(Saved data entries)
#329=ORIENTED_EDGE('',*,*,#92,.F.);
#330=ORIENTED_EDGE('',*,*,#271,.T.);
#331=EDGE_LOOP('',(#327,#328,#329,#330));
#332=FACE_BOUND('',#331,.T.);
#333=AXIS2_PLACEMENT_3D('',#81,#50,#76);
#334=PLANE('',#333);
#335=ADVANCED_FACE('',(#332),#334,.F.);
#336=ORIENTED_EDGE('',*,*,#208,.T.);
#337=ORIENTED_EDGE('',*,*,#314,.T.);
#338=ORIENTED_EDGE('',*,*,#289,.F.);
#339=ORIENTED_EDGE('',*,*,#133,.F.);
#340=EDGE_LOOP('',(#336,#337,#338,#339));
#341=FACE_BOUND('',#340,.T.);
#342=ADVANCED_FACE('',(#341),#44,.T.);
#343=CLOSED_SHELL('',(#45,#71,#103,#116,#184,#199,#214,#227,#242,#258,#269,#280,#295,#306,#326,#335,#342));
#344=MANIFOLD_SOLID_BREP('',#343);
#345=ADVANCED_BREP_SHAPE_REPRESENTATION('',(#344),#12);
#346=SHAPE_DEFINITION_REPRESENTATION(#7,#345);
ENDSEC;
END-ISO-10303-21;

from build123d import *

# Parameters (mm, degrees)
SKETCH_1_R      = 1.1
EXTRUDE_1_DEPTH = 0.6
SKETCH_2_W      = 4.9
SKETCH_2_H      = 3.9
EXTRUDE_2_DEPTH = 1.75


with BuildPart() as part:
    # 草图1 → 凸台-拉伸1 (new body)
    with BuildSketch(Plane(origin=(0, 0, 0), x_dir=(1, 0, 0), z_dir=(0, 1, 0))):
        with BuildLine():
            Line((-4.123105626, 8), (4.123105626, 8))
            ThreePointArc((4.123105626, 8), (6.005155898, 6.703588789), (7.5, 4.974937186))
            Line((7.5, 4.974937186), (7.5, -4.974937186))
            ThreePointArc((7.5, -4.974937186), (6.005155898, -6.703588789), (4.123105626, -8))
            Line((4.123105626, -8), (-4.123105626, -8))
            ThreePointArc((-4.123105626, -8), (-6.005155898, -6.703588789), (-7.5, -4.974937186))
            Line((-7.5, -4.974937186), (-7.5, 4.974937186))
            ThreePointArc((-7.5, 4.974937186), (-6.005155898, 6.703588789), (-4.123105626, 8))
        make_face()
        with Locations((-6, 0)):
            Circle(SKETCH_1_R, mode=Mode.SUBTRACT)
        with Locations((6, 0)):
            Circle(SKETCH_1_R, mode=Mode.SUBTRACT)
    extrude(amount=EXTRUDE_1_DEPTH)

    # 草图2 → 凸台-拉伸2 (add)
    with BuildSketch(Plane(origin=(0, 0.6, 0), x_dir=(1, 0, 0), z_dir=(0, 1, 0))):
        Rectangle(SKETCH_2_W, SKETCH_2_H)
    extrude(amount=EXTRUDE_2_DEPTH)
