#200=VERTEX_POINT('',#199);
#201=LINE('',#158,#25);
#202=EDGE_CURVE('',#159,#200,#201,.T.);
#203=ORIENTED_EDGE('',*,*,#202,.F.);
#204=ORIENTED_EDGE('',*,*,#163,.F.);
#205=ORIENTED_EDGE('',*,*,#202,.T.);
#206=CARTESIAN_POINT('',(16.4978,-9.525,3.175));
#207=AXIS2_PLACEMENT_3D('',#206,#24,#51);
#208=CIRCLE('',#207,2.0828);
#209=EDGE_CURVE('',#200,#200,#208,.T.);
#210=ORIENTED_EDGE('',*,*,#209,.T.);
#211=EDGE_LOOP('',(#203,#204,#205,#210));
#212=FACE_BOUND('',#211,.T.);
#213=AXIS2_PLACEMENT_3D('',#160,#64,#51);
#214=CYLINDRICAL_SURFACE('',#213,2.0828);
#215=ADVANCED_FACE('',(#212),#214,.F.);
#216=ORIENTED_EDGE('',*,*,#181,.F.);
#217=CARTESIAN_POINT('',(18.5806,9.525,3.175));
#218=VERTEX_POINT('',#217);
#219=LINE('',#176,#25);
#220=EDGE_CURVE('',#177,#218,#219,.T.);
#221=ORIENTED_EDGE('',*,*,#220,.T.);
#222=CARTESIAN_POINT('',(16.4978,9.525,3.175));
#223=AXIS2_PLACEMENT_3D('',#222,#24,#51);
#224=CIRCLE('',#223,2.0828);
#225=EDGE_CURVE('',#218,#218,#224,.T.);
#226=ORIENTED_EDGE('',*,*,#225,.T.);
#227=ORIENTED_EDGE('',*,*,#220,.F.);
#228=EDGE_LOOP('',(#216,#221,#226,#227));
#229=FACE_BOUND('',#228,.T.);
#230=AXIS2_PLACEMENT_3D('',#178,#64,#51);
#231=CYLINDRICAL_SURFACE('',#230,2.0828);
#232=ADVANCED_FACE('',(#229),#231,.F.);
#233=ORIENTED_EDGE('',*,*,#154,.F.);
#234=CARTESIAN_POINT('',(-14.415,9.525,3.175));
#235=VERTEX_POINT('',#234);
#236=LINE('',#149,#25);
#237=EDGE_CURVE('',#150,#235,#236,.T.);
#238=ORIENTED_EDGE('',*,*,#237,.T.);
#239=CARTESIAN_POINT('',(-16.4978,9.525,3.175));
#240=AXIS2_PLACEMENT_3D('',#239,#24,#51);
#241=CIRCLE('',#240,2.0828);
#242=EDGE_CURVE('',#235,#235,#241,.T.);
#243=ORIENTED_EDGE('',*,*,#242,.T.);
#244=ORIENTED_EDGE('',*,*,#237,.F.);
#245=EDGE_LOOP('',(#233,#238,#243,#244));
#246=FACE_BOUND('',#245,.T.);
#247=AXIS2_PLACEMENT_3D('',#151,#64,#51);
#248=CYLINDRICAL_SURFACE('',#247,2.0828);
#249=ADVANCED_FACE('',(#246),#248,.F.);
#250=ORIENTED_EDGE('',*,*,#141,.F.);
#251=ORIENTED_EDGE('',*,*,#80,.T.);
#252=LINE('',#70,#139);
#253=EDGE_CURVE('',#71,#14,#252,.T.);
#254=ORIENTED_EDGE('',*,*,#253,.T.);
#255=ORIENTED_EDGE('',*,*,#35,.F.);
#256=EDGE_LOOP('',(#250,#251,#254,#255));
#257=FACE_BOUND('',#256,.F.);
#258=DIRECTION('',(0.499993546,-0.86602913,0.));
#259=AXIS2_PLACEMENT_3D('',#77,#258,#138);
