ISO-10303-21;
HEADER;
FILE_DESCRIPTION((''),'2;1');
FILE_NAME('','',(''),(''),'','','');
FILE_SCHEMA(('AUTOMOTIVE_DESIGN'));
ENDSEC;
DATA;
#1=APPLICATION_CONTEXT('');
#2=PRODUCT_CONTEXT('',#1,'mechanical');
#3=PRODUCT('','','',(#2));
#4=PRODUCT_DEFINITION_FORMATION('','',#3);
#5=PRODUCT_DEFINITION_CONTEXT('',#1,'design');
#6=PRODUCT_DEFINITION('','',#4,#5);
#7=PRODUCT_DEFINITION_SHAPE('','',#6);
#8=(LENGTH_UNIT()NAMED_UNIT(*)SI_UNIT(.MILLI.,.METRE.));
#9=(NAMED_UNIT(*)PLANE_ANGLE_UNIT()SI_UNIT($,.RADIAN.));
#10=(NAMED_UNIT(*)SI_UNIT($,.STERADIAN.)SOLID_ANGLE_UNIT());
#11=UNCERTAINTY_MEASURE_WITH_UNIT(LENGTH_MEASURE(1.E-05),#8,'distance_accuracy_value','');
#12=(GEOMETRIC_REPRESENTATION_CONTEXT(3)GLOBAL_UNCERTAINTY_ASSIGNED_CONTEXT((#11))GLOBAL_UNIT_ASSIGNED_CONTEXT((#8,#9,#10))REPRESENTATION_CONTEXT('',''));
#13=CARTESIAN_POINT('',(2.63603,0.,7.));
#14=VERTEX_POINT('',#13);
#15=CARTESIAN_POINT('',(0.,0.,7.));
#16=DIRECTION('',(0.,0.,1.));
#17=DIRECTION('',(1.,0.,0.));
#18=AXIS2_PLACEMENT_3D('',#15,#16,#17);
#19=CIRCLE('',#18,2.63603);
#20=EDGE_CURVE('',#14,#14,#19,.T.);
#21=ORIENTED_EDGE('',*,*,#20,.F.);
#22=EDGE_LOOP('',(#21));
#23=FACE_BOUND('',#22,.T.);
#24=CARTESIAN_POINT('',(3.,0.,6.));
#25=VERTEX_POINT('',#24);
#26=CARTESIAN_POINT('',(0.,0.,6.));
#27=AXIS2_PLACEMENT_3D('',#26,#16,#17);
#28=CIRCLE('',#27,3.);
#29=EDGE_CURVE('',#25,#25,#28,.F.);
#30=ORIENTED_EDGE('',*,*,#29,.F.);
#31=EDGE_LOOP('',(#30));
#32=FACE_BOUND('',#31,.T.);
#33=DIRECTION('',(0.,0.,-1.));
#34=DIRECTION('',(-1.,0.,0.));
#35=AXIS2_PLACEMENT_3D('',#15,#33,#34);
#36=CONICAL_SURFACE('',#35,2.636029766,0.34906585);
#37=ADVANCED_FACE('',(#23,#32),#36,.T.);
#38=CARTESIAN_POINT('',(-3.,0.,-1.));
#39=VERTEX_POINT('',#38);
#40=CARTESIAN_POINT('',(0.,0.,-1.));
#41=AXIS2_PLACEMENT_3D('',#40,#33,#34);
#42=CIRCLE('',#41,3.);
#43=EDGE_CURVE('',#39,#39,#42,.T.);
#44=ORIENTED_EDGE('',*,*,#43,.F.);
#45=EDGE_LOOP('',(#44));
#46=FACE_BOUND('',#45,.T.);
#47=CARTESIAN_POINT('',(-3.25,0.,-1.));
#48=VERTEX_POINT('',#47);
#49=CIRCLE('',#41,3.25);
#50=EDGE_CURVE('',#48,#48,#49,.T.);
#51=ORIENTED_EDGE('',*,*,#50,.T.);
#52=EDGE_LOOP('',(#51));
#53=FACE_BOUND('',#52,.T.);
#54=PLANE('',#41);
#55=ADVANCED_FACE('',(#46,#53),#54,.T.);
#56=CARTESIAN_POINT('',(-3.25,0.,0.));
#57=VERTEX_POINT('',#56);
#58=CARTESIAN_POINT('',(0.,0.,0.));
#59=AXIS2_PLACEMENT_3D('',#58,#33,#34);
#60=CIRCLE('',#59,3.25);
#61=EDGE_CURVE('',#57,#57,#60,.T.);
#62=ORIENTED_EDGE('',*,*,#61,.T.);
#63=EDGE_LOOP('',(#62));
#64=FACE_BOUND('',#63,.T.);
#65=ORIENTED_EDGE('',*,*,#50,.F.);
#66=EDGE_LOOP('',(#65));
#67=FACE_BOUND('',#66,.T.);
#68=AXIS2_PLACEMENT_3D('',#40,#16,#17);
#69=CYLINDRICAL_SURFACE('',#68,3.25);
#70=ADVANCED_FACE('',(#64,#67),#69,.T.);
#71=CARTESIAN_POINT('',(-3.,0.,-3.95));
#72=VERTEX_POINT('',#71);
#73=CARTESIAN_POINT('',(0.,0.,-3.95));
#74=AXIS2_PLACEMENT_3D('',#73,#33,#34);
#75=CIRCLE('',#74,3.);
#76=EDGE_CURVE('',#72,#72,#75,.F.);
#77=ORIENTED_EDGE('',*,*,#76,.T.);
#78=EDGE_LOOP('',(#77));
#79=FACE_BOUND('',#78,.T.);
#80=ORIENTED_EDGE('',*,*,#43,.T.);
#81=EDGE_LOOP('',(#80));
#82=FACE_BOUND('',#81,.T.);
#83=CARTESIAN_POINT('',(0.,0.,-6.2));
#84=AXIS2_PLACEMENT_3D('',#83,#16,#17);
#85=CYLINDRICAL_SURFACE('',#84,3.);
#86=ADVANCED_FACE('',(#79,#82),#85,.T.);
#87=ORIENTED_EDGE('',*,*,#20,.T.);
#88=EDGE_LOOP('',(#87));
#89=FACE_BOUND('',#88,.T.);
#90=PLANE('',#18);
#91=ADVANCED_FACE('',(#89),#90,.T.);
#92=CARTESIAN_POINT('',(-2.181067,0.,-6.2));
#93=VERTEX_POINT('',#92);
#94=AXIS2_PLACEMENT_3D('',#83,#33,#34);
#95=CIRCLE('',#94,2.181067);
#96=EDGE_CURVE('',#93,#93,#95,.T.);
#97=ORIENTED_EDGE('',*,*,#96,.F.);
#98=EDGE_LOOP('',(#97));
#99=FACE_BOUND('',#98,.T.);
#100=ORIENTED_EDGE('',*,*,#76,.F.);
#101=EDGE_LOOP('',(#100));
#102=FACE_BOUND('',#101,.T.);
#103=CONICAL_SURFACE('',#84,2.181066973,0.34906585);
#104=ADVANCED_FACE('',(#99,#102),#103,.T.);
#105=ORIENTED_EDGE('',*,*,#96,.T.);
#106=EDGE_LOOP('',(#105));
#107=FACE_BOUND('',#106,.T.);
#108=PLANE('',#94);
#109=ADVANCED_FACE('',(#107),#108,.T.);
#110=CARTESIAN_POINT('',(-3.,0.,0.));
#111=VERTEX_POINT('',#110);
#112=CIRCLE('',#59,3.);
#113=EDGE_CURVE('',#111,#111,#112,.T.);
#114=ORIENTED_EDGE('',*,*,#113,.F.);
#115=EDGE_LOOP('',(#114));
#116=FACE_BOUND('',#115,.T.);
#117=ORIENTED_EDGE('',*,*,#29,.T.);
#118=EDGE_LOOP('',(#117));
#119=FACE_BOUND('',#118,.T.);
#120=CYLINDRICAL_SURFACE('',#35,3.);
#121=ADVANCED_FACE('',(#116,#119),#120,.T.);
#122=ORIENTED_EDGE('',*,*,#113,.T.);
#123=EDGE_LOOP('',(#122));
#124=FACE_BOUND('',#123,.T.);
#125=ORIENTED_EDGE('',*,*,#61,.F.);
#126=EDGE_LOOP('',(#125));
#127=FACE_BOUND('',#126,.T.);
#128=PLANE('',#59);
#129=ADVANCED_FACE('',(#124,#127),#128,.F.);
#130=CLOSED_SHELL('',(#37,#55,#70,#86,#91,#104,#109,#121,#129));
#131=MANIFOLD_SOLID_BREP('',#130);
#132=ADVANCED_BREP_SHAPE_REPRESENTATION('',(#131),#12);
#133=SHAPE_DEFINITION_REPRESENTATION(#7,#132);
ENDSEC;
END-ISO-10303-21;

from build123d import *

# Parameters (mm, degrees)
SKETCH1_R           = 3
BOSS_EXTRUDE1_DEPTH = 7
CHAMFER1_SIZE       = 1
CHAMFER1_SIZE2      = 0.363970234
SKETCH2_R           = 3.25
BOSS_EXTRUDE3_DEPTH = 1
BOSS_EXTRUDE4_START = 5.2
SKETCH4_R           = 3
BOSS_EXTRUDE4_DEPTH = 5.2
CHAMFER2_SIZE       = 2.25
CHAMFER2_SIZE2      = 0.818933027
SKETCH2_2_R         = 3.25
BOSS_EXTRUDE5_DEPTH = 1


with BuildPart() as part:
    # Sketch1 → Boss-Extrude1 (new body)
    with BuildSketch(Plane.XY):
        Circle(SKETCH1_R)
    extrude(amount=BOSS_EXTRUDE1_DEPTH)

    # Chamfer1
    chamfer1_edges = [part.edges().sort_by_distance(p)[0] for p in [
        (-3, 0, 7),
    ]]
    chamfer1_side = [part.faces().sort_by_distance(p)[0] for p in [
        (-3, 0, 3.5),
    ]]
    chamfer(chamfer1_edges, length=CHAMFER1_SIZE, length2=CHAMFER1_SIZE2, reference=chamfer1_side[0])

    # Sketch2 → Boss-Extrude3 (add)
    with BuildSketch(Plane(origin=(0, 0, 0), x_dir=(-1, 0, 0), z_dir=(0, 0, -1))):
        Circle(SKETCH2_R)
    extrude(amount=BOSS_EXTRUDE3_DEPTH)

    # Sketch4 → Boss-Extrude4 (add)
    with BuildSketch(Plane(origin=(0, 0, -1), x_dir=(-1, 0, 0), z_dir=(0, 0, -1)).offset(BOSS_EXTRUDE4_START)):
        Circle(SKETCH4_R)
    extrude(amount=-BOSS_EXTRUDE4_DEPTH)

    # Chamfer2
    chamfer2_edges = [part.edges().sort_by_distance(p)[0] for p in [
        (3, 0, -6.2),
    ]]
    chamfer2_side = [part.faces().sort_by_distance(p)[0] for p in [
        (3, 0, -3.6),
    ]]
    chamfer(chamfer2_edges, length=CHAMFER2_SIZE, length2=CHAMFER2_SIZE2, reference=chamfer2_side[0])

    # Sketch2<2> → Boss-Extrude5 (add)
    with BuildSketch(Plane(origin=(0, 0, 0), x_dir=(-1, 0, 0), z_dir=(0, 0, -1))):
        Circle(SKETCH2_2_R)
    extrude(amount=BOSS_EXTRUDE5_DEPTH)


solid = part.part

» PROBLEM DETAILS
Which lines above run from the one containing "#107=FACE_BOUND('',#106,.T.);" to the one containing "#132=ADVANCED_BREP_SHAPE_REPRESENTATION('',(#131),#12);"? Give them again exactly, both ends included.

» SOLUTION FOR THIS PROBLEM
#107=FACE_BOUND('',#106,.T.);
#108=PLANE('',#94);
#109=ADVANCED_FACE('',(#107),#108,.T.);
#110=CARTESIAN_POINT('',(-3.,0.,0.));
#111=VERTEX_POINT('',#110);
#112=CIRCLE('',#59,3.);
#113=EDGE_CURVE('',#111,#111,#112,.T.);
#114=ORIENTED_EDGE('',*,*,#113,.F.);
#115=EDGE_LOOP('',(#114));
#116=FACE_BOUND('',#115,.T.);
#117=ORIENTED_EDGE('',*,*,#29,.T.);
#118=EDGE_LOOP('',(#117));
#119=FACE_BOUND('',#118,.T.);
#120=CYLINDRICAL_SURFACE('',#35,3.);
#121=ADVANCED_FACE('',(#116,#119),#120,.T.);
#122=ORIENTED_EDGE('',*,*,#113,.T.);
#123=EDGE_LOOP('',(#122));
#124=FACE_BOUND('',#123,.T.);
#125=ORIENTED_EDGE('',*,*,#61,.F.);
#126=EDGE_LOOP('',(#125));
#127=FACE_BOUND('',#126,.T.);
#128=PLANE('',#59);
#129=ADVANCED_FACE('',(#124,#127),#128,.F.);
#130=CLOSED_SHELL('',(#37,#55,#70,#86,#91,#104,#109,#121,#129));
#131=MANIFOLD_SOLID_BREP('',#130);
#132=ADVANCED_BREP_SHAPE_REPRESENTATION('',(#131),#12);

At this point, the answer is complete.